Add these settings to your job cluster:

spark.conf.set("spark.sql.parquet.outputTimestampType", "TIMESTAMP_MILLIS")
spark.conf.set("spark.hadoop.parquet.writer.version", "v2")

Or in cluster configuration:

spark.sql.parquet.outputTimestampType TIMESTAMP_MILLIS
spark.hadoop.parquet.writer.version v2

Results After Optimization

After applying these settings, the Parquet file metadata shows:

Physical Type: INT64
Logical Type: TIMESTAMP_MILLIS
Encoding: DELTA_BINARY_PACKED (automatically chosen by v2 writer)

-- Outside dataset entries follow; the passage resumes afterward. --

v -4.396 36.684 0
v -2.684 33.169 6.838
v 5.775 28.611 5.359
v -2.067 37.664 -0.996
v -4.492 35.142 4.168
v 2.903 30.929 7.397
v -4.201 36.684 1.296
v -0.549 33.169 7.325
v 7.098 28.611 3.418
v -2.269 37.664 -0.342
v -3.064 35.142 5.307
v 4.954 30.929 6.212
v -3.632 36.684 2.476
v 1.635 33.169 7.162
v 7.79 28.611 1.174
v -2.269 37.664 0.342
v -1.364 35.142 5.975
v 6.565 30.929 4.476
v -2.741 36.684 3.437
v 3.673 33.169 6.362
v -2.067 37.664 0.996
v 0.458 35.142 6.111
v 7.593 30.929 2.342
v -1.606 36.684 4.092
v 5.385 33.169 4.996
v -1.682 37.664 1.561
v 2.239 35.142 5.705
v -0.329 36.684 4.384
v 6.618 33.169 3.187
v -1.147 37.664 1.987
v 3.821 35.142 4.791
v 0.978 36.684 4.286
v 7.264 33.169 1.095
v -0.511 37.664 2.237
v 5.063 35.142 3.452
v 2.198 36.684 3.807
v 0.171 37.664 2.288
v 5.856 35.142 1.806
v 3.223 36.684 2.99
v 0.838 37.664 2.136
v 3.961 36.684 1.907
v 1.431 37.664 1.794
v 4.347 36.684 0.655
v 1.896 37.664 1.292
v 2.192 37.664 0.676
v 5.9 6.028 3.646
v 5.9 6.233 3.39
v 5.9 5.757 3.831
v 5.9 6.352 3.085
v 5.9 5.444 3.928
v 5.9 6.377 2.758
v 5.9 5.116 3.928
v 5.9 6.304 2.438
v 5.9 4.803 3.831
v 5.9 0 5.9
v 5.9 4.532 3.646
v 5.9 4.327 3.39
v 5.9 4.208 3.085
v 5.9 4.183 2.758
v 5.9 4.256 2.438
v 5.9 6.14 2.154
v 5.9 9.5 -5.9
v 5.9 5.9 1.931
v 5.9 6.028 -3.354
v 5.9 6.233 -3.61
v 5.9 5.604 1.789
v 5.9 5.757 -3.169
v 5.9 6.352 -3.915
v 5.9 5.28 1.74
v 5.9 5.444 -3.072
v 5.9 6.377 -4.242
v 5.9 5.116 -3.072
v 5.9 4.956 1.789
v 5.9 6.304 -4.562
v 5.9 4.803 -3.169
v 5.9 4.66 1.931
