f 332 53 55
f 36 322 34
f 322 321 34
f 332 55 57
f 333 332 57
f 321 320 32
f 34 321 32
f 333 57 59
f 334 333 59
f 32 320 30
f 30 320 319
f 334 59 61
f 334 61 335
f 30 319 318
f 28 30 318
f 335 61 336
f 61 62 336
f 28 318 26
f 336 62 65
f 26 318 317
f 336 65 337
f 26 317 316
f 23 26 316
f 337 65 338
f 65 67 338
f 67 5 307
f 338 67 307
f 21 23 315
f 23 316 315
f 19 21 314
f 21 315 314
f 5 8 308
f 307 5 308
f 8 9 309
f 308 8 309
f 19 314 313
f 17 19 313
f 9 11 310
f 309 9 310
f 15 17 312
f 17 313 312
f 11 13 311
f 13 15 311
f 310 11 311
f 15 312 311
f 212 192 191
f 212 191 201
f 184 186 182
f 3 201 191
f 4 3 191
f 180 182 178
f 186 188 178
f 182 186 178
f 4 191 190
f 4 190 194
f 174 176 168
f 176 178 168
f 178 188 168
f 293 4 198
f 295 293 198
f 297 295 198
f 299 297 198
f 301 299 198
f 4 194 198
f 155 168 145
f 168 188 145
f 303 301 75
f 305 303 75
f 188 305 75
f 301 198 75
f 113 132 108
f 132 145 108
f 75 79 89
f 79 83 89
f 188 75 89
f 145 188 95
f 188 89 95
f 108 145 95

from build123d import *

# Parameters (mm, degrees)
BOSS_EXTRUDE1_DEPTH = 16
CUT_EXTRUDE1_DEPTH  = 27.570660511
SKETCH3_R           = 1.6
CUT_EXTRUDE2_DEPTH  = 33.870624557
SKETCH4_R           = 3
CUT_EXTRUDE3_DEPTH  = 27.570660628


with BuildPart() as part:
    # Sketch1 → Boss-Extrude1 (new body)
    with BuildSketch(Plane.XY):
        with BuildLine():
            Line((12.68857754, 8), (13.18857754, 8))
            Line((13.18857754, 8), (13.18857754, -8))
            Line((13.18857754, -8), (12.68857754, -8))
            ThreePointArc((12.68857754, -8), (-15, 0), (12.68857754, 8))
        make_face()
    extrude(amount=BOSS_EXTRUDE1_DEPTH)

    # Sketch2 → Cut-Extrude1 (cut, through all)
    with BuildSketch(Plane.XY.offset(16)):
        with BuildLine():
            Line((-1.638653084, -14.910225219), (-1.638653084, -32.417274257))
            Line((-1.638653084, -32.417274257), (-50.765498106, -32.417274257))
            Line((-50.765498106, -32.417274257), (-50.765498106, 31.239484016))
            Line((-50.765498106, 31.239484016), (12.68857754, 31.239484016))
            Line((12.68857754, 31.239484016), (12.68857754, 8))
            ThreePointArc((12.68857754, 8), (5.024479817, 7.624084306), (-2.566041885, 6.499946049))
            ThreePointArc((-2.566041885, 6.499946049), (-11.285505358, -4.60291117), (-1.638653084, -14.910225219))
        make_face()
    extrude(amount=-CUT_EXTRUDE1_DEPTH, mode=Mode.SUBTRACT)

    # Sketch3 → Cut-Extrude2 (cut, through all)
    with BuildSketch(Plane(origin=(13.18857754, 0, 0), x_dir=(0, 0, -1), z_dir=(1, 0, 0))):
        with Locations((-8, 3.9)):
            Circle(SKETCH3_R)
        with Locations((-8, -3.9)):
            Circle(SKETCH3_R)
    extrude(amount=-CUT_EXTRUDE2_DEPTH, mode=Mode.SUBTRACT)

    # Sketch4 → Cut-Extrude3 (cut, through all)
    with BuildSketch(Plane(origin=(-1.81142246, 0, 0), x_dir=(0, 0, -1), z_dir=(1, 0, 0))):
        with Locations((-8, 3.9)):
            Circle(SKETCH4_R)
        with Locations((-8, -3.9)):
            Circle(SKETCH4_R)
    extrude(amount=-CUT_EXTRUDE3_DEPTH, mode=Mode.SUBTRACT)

SELECT * FROM parquet_schema('my_prod_file.snappy.parquet');

The timestamp column is now stored as INT64 with TIMESTAMP_MILLIS precision, using only 8 bytes instead of 12.

Performance Impact

After implementing this optimization:

File size: Reduced by 20-40% for timestamp-heavy datasets
Query performance: Significant improvement in read operations
Metadata overhead: Reduced due to better encoding

Key Learnings

Spark v1 writer limitations: Uses INT96 and PLAIN_DICTIONARY by default for compatibility, which is inefficient for high-cardinality timestamps
Encoding is file-level: You cannot choose encoding per column in Spark; the writer version determines available encodings
v2 writer benefits: Automatically selects better encodings (like DELTA_BINARY_PACKED) based on data patterns
INT64 > INT96: For timestamps, INT64 is more efficient (8 bytes vs 12 bytes) and enables better encoding options

Recommendations

Use v2 writer for high-cardinality timestamps: If your dataset has unique or sequential timestamps, v2 writer with INT64 encoding will perform significantly better
Works across platforms: Both Apache Spark and Databricks Spark support v2 writer
Backwards compatibility: Ensure downstream tools can read v2 Parquet files (most modern tools support it)
Test first: Benchmark your specific workload to confirm performance improvements
Not a silver bullet: This optimization specifically helps high-cardinality timestamp columns; low-cardinality columns benefit from dictionary encoding

When NOT to Use This

Stick with the default (v1 writer, INT96) if:

You need compatibility with very old Parquet readers
Your timestamps have low cardinality (many repeated values)
You’re using Impala or other tools with limited INT64 timestamp support

Conclusion

For time-series datasets with high-cardinality timestamps, switching from INT96 to INT64 encoding with Spark’s v2 writer provides substantial improvements in both storage efficiency and query performance. This simple configuration change can yield 20-40% reduction in file size and faster reads—a significant win for minimal effort.